Another frequently used named for the Euler function $\phi(n)$, which counts a reduced system of residues modulo $n$: the natural numbers $k \in \{1,\ldots,n\}$ that are relatively prime to $n$.

The Carmichael conjecture on the Euler totient function states that if $\phi(x) = m$ for some $m$, then $\phi(y) = m$ for some $y \neq x$; i.e. no value of the Euler function is assumed once. This has now been verified for $x < 10^{1000000}$, [a1].

A natural generalization of the Euler totient function is the Jordan totient function $J_k(n)$, which counts the number of $k$-tuples $(a_1,\ldots,a_k)$, $a_i \in \{1,\ldots,n\}$, such that $\mathrm{hcf}\{n,a_1,\ldots,a_k\} = 1$. Clearly, $J_1 = \phi$. The $J_k$ are multiplicative arithmetic functions.

One has $$ J)k(n) = n^k \prod_{p|n} \left({ 1 - p^{-k} }\right) $$ where $p$ runs over the prime numbers dividing $n$, and $$ J_k(n) = \sum_{d | n} \mu(n/d) d^k $$ where $\mu$ is the Möbius function and $d$ runs over all divisors of $n$. For $k=1$ these formulae reduce to the well-known formulae for the Euler function.

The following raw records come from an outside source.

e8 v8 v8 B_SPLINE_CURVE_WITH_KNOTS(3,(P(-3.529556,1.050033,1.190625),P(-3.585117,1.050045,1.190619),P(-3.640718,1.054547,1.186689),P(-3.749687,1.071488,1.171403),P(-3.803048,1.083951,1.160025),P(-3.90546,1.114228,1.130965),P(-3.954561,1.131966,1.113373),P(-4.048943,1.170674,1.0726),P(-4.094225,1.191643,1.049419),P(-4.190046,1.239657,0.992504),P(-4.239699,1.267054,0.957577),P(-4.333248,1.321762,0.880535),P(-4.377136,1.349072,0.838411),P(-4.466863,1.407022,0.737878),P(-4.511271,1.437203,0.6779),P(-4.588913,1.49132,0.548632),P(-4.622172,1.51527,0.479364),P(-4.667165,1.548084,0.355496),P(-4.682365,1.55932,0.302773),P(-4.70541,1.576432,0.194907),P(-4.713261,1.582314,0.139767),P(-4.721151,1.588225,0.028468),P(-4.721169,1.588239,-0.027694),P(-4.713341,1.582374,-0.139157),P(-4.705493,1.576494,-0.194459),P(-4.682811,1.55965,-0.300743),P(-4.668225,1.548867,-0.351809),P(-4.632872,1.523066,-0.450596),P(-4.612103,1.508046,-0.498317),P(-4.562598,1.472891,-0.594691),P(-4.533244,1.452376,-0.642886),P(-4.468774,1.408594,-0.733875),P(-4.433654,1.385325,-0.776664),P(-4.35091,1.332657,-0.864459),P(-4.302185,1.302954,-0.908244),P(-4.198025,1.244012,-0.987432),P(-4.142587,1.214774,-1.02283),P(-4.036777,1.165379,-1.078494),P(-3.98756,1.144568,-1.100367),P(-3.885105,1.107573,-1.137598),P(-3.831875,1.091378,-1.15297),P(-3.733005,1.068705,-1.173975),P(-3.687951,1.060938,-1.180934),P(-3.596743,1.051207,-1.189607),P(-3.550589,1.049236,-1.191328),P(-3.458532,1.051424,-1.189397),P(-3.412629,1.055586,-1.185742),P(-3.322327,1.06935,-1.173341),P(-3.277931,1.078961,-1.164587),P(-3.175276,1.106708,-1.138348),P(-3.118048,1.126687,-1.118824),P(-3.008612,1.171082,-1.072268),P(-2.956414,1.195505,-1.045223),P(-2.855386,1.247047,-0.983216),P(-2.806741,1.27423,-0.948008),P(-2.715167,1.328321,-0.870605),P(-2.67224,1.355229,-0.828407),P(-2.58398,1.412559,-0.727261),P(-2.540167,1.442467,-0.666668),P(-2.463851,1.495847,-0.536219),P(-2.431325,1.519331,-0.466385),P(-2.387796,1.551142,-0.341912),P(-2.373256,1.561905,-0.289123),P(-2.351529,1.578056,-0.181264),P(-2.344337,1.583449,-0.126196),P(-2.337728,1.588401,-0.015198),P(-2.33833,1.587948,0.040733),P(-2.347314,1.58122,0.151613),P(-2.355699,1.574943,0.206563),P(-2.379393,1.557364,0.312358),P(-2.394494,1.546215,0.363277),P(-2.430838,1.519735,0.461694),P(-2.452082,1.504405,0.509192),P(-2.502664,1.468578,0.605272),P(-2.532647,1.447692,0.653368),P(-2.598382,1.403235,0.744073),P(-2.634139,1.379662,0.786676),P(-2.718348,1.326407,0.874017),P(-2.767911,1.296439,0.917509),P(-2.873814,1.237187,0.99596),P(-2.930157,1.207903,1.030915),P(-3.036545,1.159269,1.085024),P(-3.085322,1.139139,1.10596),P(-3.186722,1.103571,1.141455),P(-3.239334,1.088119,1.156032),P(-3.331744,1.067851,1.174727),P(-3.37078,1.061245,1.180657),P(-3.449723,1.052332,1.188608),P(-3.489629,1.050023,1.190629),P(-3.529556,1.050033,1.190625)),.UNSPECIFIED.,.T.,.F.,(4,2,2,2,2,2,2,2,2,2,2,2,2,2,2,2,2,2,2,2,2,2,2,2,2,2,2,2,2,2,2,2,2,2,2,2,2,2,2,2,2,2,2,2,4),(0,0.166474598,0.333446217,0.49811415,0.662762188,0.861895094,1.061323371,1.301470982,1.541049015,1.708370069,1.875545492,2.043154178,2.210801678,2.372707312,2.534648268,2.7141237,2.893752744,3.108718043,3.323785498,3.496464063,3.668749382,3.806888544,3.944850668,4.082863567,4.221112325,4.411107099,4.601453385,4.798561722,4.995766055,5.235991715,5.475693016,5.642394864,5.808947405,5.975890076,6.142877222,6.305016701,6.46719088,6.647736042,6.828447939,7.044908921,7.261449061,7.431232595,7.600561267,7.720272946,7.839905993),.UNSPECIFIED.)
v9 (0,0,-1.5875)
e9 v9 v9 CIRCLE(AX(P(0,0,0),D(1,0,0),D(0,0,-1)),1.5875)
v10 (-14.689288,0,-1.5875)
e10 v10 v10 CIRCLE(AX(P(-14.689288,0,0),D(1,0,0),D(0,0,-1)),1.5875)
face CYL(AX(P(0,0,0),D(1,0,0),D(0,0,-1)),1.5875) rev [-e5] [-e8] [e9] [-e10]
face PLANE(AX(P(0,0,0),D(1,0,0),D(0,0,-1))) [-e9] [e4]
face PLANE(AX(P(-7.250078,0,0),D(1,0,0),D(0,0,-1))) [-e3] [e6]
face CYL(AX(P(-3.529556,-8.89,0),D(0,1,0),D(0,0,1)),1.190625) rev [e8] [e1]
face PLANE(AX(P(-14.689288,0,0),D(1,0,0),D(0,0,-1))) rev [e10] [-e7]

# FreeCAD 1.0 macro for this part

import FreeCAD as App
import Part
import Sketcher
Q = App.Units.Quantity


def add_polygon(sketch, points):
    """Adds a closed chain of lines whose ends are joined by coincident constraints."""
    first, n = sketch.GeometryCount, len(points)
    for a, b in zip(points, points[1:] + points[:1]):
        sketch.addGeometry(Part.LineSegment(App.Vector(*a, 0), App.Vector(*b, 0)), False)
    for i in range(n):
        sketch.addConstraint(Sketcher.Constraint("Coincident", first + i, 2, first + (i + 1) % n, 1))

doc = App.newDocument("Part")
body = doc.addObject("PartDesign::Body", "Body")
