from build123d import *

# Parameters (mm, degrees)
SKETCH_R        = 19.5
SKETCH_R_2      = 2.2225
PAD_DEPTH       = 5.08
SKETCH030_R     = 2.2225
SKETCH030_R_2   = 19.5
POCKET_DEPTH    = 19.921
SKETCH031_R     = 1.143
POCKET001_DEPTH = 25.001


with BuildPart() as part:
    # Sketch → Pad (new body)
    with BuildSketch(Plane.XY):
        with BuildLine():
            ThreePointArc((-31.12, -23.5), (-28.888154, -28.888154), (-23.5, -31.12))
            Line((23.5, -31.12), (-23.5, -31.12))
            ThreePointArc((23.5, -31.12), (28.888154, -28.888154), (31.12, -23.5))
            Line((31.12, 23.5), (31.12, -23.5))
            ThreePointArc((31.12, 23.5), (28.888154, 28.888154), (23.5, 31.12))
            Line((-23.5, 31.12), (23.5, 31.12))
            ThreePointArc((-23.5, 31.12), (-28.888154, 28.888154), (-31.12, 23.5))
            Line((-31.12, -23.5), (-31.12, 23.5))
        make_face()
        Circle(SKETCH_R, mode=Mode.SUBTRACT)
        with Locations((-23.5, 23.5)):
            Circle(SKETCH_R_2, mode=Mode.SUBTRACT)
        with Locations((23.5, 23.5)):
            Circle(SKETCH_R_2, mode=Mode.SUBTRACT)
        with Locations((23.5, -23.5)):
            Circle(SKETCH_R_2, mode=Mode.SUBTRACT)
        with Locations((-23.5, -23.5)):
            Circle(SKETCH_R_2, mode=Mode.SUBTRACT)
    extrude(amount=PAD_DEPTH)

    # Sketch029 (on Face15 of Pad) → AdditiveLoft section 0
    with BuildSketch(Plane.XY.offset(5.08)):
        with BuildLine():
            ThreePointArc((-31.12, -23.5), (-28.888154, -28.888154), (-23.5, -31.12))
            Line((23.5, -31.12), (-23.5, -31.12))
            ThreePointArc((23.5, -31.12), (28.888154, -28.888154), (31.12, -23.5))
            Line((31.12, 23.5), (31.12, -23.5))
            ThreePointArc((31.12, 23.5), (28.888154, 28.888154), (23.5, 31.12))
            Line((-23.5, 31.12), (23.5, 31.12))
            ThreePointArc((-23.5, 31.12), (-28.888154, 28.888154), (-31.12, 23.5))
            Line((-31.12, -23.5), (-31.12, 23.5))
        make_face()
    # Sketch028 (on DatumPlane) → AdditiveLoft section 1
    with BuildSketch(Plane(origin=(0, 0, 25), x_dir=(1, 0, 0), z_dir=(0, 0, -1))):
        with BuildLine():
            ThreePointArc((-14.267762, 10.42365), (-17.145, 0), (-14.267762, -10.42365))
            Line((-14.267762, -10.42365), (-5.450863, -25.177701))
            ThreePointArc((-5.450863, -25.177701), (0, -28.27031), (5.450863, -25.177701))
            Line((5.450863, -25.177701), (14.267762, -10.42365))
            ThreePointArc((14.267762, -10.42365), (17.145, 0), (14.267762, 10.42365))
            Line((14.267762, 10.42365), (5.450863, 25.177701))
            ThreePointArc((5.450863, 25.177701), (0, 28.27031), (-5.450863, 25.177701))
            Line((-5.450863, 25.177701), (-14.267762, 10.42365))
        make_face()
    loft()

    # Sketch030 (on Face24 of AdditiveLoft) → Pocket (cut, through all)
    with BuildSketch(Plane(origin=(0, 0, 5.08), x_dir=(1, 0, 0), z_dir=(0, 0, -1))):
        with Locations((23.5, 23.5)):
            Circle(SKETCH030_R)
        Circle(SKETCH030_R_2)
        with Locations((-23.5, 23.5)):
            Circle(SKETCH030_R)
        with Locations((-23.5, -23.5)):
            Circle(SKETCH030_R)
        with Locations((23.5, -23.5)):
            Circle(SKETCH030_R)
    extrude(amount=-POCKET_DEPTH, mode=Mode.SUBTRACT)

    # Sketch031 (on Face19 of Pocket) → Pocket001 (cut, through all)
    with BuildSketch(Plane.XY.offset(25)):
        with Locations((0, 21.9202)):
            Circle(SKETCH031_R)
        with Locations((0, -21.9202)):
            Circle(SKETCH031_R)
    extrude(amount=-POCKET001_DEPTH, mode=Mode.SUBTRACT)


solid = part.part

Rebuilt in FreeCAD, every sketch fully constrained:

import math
import FreeCAD as App
import Part
import Sketcher
Q = App.Units.Quantity

doc = App.newDocument("Part")
body = doc.addObject("PartDesign::Body", "Body")

# Sketch on XY plane
sketch1 = body.newObject("Sketcher::SketchObject", "Sketch")
sketch1.AttachmentSupport = (doc.getObject("XY_Plane"), [""])
sketch1.MapMode = "FlatFace"
sketch1.addGeometry([
    Part.ArcOfCircle(Part.Circle(App.Vector(-23.5, -23.5, 0), App.Vector(0, 0, 1), 7.6), math.radians(180), math.radians(270)),  # 0
    Part.LineSegment(App.Vector(-23.5, -31.1, 0), App.Vector(23.5, -31.1, 0)),  # 1
    Part.ArcOfCircle(Part.Circle(App.Vector(23.5, -23.5, 0), App.Vector(0, 0, 1), 7.6), math.radians(-90), math.radians(0)),  # 2
    Part.LineSegment(App.Vector(31.1, -23.5, 0), App.Vector(31.1, 23.5, 0)),  # 3
    Part.ArcOfCircle(Part.Circle(App.Vector(23.5, 23.5, 0), App.Vector(0, 0, 1), 7.6), math.radians(0), math.radians(90)),  # 4
    Part.LineSegment(App.Vector(23.5, 31.1, 0), App.Vector(-23.5, 31.1, 0)),  # 5
    Part.ArcOfCircle(Part.Circle(App.Vector(-23.5, 23.5, 0), App.Vector(0, 0, 1), 7.6), math.radians(90), math.radians(180)),  # 6
    Part.LineSegment(App.Vector(-31.1, 23.5, 0), App.Vector(-31.1, -23.5, 0)),  # 7
    Part.Circle(App.Vector(-23.5, -23.5, 0), App.Vector(0, 0, 1), 2.2),  # 8
    Part.Circle(App.Vector(23.5, -23.5, 0), App.Vector(0, 0, 1), 2.2),  # 9
    Part.Circle(App.Vector(-23.5, 23.5, 0), App.Vector(0, 0, 1), 2.2),  # 10
    Part.Circle(App.Vector(0, 0, 0), App.Vector(0, 0, 1), 19.5),  # 11
    Part.Circle(App.Vector(23.5, 23.5, 0), App.Vector(0, 0, 1), 2.2),  # 12
], False)
sketch1.addConstraint([
    Sketcher.Constraint("Tangent", 0, 2, 1, 1),
    Sketcher.Constraint("Tangent", 1, 2, 2, 1),
    Sketcher.Constraint("Tangent", 2, 2, 3, 1),
    Sketcher.Constraint("Tangent", 3, 2, 4, 1),
    Sketcher.Constraint("Tangent", 4, 2, 5, 1),
    Sketcher.Constraint("Tangent", 5, 2, 6, 1),
    Sketcher.Constraint("Tangent", 6, 2, 7, 1),
    Sketcher.Constraint("Tangent", 7, 2, 0, 1),
    Sketcher.Constraint("Horizontal", 1),
    Sketcher.Constraint("Vertical", 3),
    Sketcher.Constraint("Horizontal", 5),
    Sketcher.Constraint("Vertical", 7),
    Sketcher.Constraint("Coincident", 11, 3, -1, 1),
    Sketcher.Constraint("Coincident", 8, 3, 0, 3),
    Sketcher.Constraint("Coincident", 9, 3, 2, 3),
    Sketcher.Constraint("Coincident", 10, 3, 6, 3),
    Sketcher.Constraint("Coincident", 12, 3, 4, 3),
    Sketcher.Constraint("Equal", 0, 2),
    Sketcher.Constraint("Equal", 2, 4),
    Sketcher.Constraint("Equal", 4, 6),
    Sketcher.Constraint("Equal", 8, 9),
    Sketcher.Constraint("Equal", 9, 10),
    Sketcher.Constraint("Equal", 10, 12),
    Sketcher.Constraint("Symmetric", 0, 3, 4, 3, -1, 1),
    Sketcher.Constraint("Equal", 5, 3),
    Sketcher.Constraint("Radius", 0, Q("0.3 in")),
    Sketcher.Constraint("Diameter", 8, Q("0.175 in")),
    Sketcher.Constraint("Diameter", 11, 39.0),
    Sketcher.Constraint("DistanceX", 1, 1, 1, 2, 47.0),
])
pad1 = body.newObject("PartDesign::Pad", "Pad")
pad1.Profile = sketch1
pad1.Length = Q("0.2 in")

# Sketch on XY plane
sketch2 = body.newObject("Sketcher::SketchObject", "Sketch001")
sketch2.AttachmentSupport = (doc.getObject("XY_Plane"), [""])
sketch2.MapMode = "FlatFace"
sketch2.AttachmentOffset = App.Placement(App.Vector(0, 0, 0.2 * 25.4), App.Rotation())
sketch2.addGeometry([
    Part.ArcOfCircle(Part.Circle(App.Vector(-24, -24, 0), App.Vector(0, 0, 1), 8), math.radians(180), math.radians(270)),  # 0
    Part.LineSegment(App.Vector(-24, -31, 0), App.Vector(24, -31, 0)),  # 1
    Part.ArcOfCircle(Part.Circle(App.Vector(24, -24, 0), App.Vector(0, 0, 1), 8), math.radians(-90), math.radians(0)),  # 2
    Part.LineSegment(App.Vector(31, -24, 0), App.Vector(31, 24, 0)),  # 3
    Part.ArcOfCircle(Part.Circle(App.Vector(24, 24, 0), App.Vector(0, 0, 1), 8), math.radians(0), math.radians(90)),  # 4
    Part.LineSegment(App.Vector(24, 31, 0), App.Vector(-24, 31, 0)),  # 5
    Part.ArcOfCircle(Part.Circle(App.Vector(-24, 24, 0), App.Vector(0, 0, 1), 8), math.radians(90), math.radians(180)),  # 6
    Part.LineSegment(App.Vector(-31, 24, 0), App.Vector(-31, -24, 0)),  # 7
], False)
sketch2.addConstraint([
    Sketcher.Constraint("Tangent", 0, 2, 1, 1),
    Sketcher.Constraint("Tangent", 1, 2, 2, 1),
    Sketcher.Constraint("Tangent", 2, 2, 3, 1),
    Sketcher.Constraint("Tangent", 3, 2, 4, 1),
    Sketcher.Constraint("Tangent", 4, 2, 5, 1),
    Sketcher.Constraint("Tangent", 5, 2, 6, 1),
    Sketcher.Constraint("Tangent", 6, 2, 7, 1),
    Sketcher.Constraint("Tangent", 7, 2, 0, 1),
    Sketcher.Constraint("Horizontal", 1),
    Sketcher.Constraint("Vertical", 3),
    Sketcher.Constraint("Horizontal", 5),
    Sketcher.Constraint("Vertical", 7),
    Sketcher.Constraint("Equal", 0, 2),
    Sketcher.Constraint("Equal", 2, 4),
    Sketcher.Constraint("Equal", 4, 6),
    Sketcher.Constraint("Symmetric", 0, 3, 4, 3, -1, 1),
    Sketcher.Constraint("Equal", 5, 3),
    Sketcher.Constraint("Radius", 0, Q("0.3 in")),
    Sketcher.Constraint("DistanceX", 1, 1, 1, 2, 47.0),
])

# Sketch on XY plane
sketch3 = body.newObject("Sketcher::SketchObject", "Sketch002")
sketch3.AttachmentSupport = (doc.getObject("XY_Plane"), [""])
sketch3.MapMode = "FlatFace"
sketch3.AttachmentOffset = App.Placement(App.Vector(0, 0, 25), App.Rotation())
sketch3.addGeometry([
    Part.ArcOfCircle(Part.Circle(App.Vector(3, 0, 0), App.Vector(0, 0, 1), 20), math.radians(149), math.radians(211)),  # 0
    Part.LineSegment(App.Vector(-14, 10, 0), App.Vector(-5, 25, 0)),  # 1
    Part.ArcOfCircle(Part.Circle(App.Vector(0, 22, 0), App.Vector(0, 0, 1), 6), math.radians(31), math.radians(149)),  # 2
    Part.LineSegment(App.Vector(5, 25, 0), App.Vector(14, 10, 0)),  # 3
    Part.ArcOfCircle(Part.Circle(App.Vector(-3, 0, 0), App.Vector(0, 0, 1), 20), math.radians(-31), math.radians(31)),  # 4
    Part.LineSegment(App.Vector(14, -10, 0), App.Vector(5, -25, 0)),  # 5
    Part.ArcOfCircle(Part.Circle(App.Vector(0, -22, 0), App.Vector(0, 0, 1), 6), math.radians(-149), math.radians(-31)),  # 6
    Part.LineSegment(App.Vector(-5, -25, 0), App.Vector(-14, -10, 0)),  # 7
], False)
sketch3.addConstraint([
    Sketcher.Constraint("Tangent", 0, 1, 1, 1),
    Sketcher.Constraint("Tangent", 1, 2, 2, 2),
    Sketcher.Constraint("Tangent", 2, 1, 3, 1),
    Sketcher.Constraint("Tangent", 3, 2, 4, 2),
    Sketcher.Constraint("Tangent", 4, 1, 5, 1),
    Sketcher.Constraint("Tangent", 5, 2, 6, 2),
    Sketcher.Constraint("Tangent", 6, 1, 7, 1),
    Sketcher.Constraint("Tangent", 7, 2, 0, 2),
    Sketcher.Constraint("Equal", 0, 4),
    Sketcher.Constraint("Equal", 2, 6),
    Sketcher.Constraint("Symmetric", 0, 3, 4, 3, -1, 1),
    Sketcher.Constraint("Symmetric", 2, 3, 6, 3, -1, 1),
    Sketcher.Constraint("Symmetric", 1, 2, 2, 1, -2),
    Sketcher.Constraint("Radius", 0, Q("0.8000002 in")),
    Sketcher.Constraint("Radius", 2, Q("0.25 in")),
    Sketcher.Constraint("DistanceX", -1, 1, 0, 3, Q("0.1250002 in")),
    Sketcher.Constraint("DistanceY", -1, 1, 1, 2, 25.177701),
])

additiveloft = body.newObject("PartDesign::AdditiveLoft", "AdditiveLoft")
additiveloft.Profile = sketch2
additiveloft.Sections = [sketch3]

# Sketch on XY plane
sketch4 = body.newObject("Sketcher::SketchObject", "Sketch003")
sketch4.AttachmentSupport = (doc.getObject("XY_Plane"), [""])
sketch4.MapMode = "FlatFace"
sketch4.AttachmentOffset = App.Placement(App.Vector(0, 0, 0.2 * 25.4), App.Rotation())
sketch4.addGeometry([
    Part.Circle(App.Vector(23.5, -23.5, 0), App.Vector(0, 0, 1), 2.2),  # 0
    Part.Circle(App.Vector(0, 0, 0), App.Vector(0, 0, 1), 19.5),  # 1
    Part.Circle(App.Vector(-23.5, -23.5, 0), App.Vector(0, 0, 1), 2.2),  # 2
    Part.Circle(App.Vector(-23.5, 23.5, 0), App.Vector(0, 0, 1), 2.2),  # 3
    Part.Circle(App.Vector(23.5, 23.5, 0), App.Vector(0, 0, 1), 2.2),  # 4
], False)
sketch4.addConstraint([
    Sketcher.Constraint("Coincident", 1, 3, -1, 1),
    Sketcher.Constraint("Equal", 0, 2),
    Sketcher.Constraint("Equal", 2, 3),
    Sketcher.Constraint("Equal", 3, 4),
    Sketcher.Constraint("Symmetric", 0, 3, 3, 3, -1, 1),
    Sketcher.Constraint("Symmetric", 2, 3, 4, 3, -1, 1),
    Sketcher.Constraint("Symmetric", 0, 3, 2, 3, -2),
    Sketcher.Constraint("Diameter", 0, Q("0.175 in")),
    Sketcher.Constraint("Diameter", 1, 39.0),
    Sketcher.Constraint("DistanceX", -1, 1, 0, 3, 23.5),
    Sketcher.Constraint("DistanceY", 0, 3, -1, 1, 23.5),
])
pocket1 = body.newObject("PartDesign::Pocket", "Pocket")
pocket1.Profile = sketch4
pocket1.Type = "ThroughAll"
pocket1.Reversed = True

# Sketch on XY plane
sketch5 = body.newObject("Sketcher::SketchObject", "Sketch004")
sketch5.AttachmentSupport = (doc.getObject("XY_Plane"), [""])
sketch5.MapMode = "FlatFace"
sketch5.AttachmentOffset = App.Placement(App.Vector(0, 0, 25), App.Rotation())
sketch5.addGeometry([
    Part.Circle(App.Vector(0, 21.9, 0), App.Vector(0, 0, 1), 1.1),
    Part.Circle(App.Vector(0, -21.9, 0), App.Vector(0, 0, 1), 1.1),
], False)
sketch5.addConstraint([
    Sketcher.Constraint("Equal", 0, 1),
    Sketcher.Constraint("Symmetric", 0, 3, 1, 3, -1, 1),
    Sketcher.Constraint("PointOnObject", 0, 3, -2),
    Sketcher.Constraint("Diameter", 0, Q("0.09 in")),
    Sketcher.Constraint("DistanceY", -1, 1, 0, 3, Q("0.863 in")),
])
pocket2 = body.newObject("PartDesign::Pocket", "Pocket001")
pocket2.Profile = sketch5
pocket2.Type = "ThroughAll"

doc.recompute()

The Lehmer problem on the Euler totient function asks for the solutions of $M.\phi(n) = n-1$, $M \in \mathbb{N}$, [a2]. For some results on this still (1996) largely open problem, see [a3] and the references therein. The corresponding problem for the Jordan totient function (and $k>1$) is easy, [a4]: For $k>1$, $J_k(n) | n^k-1$ if and only if $n$ is a prime number. Moreover, if $n$ is a prime number, then $J_k(n) = n^k-1$.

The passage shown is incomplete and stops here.